DATASET EXCERPTS >>
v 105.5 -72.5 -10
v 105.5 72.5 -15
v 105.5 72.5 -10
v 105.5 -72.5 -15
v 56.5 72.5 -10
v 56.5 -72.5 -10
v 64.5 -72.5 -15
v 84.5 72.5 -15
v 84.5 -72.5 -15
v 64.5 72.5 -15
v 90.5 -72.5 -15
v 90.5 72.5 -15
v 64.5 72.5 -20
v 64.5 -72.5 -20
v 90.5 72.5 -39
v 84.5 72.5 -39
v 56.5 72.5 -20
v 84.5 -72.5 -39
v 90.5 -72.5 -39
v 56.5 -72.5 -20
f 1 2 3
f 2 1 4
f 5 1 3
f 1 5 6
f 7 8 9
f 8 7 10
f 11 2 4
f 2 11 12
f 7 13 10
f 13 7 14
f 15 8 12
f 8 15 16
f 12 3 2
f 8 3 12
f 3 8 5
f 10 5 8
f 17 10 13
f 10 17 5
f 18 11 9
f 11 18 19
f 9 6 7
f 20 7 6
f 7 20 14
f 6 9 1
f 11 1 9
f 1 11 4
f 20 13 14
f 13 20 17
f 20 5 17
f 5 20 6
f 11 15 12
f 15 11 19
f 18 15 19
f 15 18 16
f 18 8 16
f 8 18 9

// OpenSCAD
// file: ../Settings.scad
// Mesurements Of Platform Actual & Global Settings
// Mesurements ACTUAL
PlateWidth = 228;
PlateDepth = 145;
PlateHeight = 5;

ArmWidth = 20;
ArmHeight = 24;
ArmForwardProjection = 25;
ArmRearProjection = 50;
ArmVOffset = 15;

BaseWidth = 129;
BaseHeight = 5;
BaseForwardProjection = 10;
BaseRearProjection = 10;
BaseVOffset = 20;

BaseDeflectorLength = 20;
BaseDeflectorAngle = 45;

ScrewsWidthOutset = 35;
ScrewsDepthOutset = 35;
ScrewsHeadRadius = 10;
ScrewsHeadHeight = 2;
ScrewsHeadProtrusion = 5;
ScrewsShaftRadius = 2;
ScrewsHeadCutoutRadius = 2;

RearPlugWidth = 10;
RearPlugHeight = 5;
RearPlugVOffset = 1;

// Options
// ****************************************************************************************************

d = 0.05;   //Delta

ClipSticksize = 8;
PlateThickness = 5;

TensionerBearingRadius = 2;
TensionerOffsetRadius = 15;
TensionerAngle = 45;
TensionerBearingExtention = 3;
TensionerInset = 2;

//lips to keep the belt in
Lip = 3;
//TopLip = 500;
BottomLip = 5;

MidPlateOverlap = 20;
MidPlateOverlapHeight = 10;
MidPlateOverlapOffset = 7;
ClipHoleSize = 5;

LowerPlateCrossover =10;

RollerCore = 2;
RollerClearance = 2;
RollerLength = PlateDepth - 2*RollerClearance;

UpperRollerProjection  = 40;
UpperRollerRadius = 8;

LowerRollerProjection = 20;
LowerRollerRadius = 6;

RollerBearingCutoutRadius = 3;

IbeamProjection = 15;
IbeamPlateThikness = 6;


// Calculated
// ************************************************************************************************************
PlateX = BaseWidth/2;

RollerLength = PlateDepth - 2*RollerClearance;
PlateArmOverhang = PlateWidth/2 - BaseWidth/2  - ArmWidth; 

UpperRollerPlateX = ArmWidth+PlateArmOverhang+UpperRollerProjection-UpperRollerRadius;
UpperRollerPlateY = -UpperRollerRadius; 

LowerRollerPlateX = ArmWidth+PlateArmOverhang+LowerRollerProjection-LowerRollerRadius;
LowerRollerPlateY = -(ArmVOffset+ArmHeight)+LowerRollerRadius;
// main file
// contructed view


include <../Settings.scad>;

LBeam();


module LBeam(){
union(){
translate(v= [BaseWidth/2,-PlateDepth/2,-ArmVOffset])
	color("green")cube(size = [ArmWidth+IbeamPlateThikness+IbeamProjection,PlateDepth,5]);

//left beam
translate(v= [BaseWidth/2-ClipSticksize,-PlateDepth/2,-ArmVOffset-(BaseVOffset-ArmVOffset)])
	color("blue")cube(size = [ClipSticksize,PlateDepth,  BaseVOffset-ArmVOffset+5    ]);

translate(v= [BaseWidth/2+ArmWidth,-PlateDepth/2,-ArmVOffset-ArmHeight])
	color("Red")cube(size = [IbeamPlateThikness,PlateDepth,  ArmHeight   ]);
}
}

---

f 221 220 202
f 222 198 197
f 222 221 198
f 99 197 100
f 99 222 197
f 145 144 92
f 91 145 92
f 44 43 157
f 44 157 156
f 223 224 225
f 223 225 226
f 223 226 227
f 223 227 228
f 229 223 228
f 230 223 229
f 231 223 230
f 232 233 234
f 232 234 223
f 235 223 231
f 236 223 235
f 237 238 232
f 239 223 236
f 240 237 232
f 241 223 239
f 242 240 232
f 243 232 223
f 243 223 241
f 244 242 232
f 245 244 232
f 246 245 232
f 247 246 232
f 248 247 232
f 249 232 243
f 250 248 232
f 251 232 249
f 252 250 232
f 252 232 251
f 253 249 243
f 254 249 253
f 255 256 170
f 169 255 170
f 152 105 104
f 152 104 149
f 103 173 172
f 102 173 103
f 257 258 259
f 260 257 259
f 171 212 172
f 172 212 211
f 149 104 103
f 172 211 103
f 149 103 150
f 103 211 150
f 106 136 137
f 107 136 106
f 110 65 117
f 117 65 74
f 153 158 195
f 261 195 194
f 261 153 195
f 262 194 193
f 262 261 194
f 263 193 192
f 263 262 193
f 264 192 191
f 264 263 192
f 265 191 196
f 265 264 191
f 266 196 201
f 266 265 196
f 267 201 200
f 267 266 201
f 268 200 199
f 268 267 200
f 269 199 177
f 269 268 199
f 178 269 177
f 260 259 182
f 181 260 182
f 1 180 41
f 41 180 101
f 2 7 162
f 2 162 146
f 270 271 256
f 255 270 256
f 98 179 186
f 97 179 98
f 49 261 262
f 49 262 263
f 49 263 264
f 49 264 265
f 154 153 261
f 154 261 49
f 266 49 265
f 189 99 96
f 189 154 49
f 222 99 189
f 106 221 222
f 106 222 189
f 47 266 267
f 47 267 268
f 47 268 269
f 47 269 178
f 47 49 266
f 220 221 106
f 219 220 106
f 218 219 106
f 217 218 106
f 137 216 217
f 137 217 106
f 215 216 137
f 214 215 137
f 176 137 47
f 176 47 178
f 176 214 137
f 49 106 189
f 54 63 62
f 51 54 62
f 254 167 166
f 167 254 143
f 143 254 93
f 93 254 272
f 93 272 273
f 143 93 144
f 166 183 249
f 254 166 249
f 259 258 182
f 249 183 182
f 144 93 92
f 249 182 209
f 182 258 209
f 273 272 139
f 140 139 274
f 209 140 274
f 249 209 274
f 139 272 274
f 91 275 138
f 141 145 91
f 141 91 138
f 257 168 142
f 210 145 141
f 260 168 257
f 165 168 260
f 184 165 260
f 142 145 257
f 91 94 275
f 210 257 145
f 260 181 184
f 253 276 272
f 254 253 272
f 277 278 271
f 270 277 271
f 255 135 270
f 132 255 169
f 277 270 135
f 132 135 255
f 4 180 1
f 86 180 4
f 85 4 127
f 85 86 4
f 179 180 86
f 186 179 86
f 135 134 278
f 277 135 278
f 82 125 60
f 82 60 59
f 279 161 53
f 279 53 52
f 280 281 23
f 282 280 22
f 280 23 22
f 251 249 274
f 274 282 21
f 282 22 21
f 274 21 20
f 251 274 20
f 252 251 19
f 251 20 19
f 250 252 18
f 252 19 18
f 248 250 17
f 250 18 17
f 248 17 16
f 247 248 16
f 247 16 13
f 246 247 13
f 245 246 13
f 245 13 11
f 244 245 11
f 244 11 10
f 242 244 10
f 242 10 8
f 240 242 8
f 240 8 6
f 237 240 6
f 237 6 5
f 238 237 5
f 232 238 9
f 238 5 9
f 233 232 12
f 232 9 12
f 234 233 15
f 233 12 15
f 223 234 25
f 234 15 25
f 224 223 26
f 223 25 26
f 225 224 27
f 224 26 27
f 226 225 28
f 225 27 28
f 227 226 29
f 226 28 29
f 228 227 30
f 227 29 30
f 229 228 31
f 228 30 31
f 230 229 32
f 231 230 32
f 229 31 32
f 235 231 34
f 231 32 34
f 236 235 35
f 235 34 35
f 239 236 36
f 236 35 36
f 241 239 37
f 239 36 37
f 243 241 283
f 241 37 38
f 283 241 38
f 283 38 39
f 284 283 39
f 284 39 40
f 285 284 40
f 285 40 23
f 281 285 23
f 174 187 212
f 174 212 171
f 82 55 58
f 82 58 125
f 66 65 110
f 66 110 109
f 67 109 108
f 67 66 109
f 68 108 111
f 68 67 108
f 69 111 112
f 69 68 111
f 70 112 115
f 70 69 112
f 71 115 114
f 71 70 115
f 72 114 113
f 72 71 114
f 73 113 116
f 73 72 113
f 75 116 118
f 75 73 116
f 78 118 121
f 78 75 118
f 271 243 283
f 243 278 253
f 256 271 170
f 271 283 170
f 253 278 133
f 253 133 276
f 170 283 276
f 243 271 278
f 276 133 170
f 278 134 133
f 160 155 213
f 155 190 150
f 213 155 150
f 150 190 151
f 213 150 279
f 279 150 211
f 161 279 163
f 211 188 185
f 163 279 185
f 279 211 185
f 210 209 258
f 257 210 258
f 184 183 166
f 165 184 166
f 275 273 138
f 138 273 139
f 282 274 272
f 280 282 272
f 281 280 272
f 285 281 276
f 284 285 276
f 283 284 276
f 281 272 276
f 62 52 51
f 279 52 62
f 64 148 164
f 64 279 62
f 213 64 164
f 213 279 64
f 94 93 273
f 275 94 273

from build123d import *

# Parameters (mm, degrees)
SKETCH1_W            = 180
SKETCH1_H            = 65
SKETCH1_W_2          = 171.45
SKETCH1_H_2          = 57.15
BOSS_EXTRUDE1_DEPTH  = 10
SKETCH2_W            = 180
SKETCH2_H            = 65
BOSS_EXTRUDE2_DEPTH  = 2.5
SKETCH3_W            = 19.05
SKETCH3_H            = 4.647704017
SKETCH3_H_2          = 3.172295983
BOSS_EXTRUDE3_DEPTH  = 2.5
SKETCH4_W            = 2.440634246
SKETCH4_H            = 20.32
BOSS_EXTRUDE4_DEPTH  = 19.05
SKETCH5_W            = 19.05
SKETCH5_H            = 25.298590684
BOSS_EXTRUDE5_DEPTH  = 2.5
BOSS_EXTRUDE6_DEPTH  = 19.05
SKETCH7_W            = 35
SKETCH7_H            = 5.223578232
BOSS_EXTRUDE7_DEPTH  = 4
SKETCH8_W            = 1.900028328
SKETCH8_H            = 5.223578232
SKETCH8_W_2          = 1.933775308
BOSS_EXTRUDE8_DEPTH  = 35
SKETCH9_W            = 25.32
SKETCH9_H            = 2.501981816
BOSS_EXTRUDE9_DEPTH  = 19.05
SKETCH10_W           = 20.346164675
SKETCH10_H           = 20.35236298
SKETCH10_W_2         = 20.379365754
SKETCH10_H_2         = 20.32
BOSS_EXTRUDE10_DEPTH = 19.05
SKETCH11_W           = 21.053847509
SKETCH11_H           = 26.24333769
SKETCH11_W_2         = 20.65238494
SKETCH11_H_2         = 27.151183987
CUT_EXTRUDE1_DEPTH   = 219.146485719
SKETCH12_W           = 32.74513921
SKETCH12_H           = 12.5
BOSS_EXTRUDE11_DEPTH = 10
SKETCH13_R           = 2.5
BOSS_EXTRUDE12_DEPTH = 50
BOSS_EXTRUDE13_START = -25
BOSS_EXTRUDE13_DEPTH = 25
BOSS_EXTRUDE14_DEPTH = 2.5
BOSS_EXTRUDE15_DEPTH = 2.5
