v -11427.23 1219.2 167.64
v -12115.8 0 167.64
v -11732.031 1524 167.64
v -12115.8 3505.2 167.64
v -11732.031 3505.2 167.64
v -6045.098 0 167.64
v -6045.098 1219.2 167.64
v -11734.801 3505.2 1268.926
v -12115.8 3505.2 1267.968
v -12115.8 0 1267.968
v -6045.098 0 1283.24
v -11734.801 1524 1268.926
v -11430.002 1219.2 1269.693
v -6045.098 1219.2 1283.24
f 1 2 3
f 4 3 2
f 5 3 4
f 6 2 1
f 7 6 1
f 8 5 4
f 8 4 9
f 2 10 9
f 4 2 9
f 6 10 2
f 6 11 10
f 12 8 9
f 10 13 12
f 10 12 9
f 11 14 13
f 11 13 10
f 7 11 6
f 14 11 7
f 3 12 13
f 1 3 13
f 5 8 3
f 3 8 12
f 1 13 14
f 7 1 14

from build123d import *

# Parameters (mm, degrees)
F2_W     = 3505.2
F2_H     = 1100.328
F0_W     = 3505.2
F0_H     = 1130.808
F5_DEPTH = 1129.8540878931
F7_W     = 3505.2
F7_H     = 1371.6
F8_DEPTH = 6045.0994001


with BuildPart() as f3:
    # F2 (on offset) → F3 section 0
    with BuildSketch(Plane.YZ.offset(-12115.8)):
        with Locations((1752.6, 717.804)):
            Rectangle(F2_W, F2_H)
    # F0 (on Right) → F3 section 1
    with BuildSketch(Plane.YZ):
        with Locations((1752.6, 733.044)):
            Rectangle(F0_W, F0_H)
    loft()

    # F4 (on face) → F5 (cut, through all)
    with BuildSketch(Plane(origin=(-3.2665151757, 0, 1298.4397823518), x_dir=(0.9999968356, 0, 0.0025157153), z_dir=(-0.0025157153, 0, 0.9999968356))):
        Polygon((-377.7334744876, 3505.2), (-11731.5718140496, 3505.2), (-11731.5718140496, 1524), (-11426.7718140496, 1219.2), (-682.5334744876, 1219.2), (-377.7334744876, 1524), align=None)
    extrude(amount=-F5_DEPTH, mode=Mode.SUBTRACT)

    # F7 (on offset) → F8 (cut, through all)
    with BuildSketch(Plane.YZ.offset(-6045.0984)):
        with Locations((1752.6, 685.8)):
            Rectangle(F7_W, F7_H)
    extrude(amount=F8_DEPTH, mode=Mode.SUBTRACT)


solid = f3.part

TASK BRIEF >> Your answer should be the lines above, from the line containing "f 142 145 257" up to and including the line containing "f 279 150 211", reproduced exactly and with nothing else.

ANSWER TO THIS TASK >>
f 142 145 257
f 91 94 275
f 210 257 145
f 260 181 184
f 253 276 272
f 254 253 272
f 277 278 271
f 270 277 271
f 255 135 270
f 132 255 169
f 277 270 135
f 132 135 255
f 4 180 1
f 86 180 4
f 85 4 127
f 85 86 4
f 179 180 86
f 186 179 86
f 135 134 278
f 277 135 278
f 82 125 60
f 82 60 59
f 279 161 53
f 279 53 52
f 280 281 23
f 282 280 22
f 280 23 22
f 251 249 274
f 274 282 21
f 282 22 21
f 274 21 20
f 251 274 20
f 252 251 19
f 251 20 19
f 250 252 18
f 252 19 18
f 248 250 17
f 250 18 17
f 248 17 16
f 247 248 16
f 247 16 13
f 246 247 13
f 245 246 13
f 245 13 11
f 244 245 11
f 244 11 10
f 242 244 10
f 242 10 8
f 240 242 8
f 240 8 6
f 237 240 6
f 237 6 5
f 238 237 5
f 232 238 9
f 238 5 9
f 233 232 12
f 232 9 12
f 234 233 15
f 233 12 15
f 223 234 25
f 234 15 25
f 224 223 26
f 223 25 26
f 225 224 27
f 224 26 27
f 226 225 28
f 225 27 28
f 227 226 29
f 226 28 29
f 228 227 30
f 227 29 30
f 229 228 31
f 228 30 31
f 230 229 32
f 231 230 32
f 229 31 32
f 235 231 34
f 231 32 34
f 236 235 35
f 235 34 35
f 239 236 36
f 236 35 36
f 241 239 37
f 239 36 37
f 243 241 283
f 241 37 38
f 283 241 38
f 283 38 39
f 284 283 39
f 284 39 40
f 285 284 40
f 285 40 23
f 281 285 23
f 174 187 212
f 174 212 171
f 82 55 58
f 82 58 125
f 66 65 110
f 66 110 109
f 67 109 108
f 67 66 109
f 68 108 111
f 68 67 108
f 69 111 112
f 69 68 111
f 70 112 115
f 70 69 112
f 71 115 114
f 71 70 115
f 72 114 113
f 72 71 114
f 73 113 116
f 73 72 113
f 75 116 118
f 75 73 116
f 78 118 121
f 78 75 118
f 271 243 283
f 243 278 253
f 256 271 170
f 271 283 170
f 253 278 133
f 253 133 276
f 170 283 276
f 243 271 278
f 276 133 170
f 278 134 133
f 160 155 213
f 155 190 150
f 213 155 150
f 150 190 151
f 213 150 279
f 279 150 211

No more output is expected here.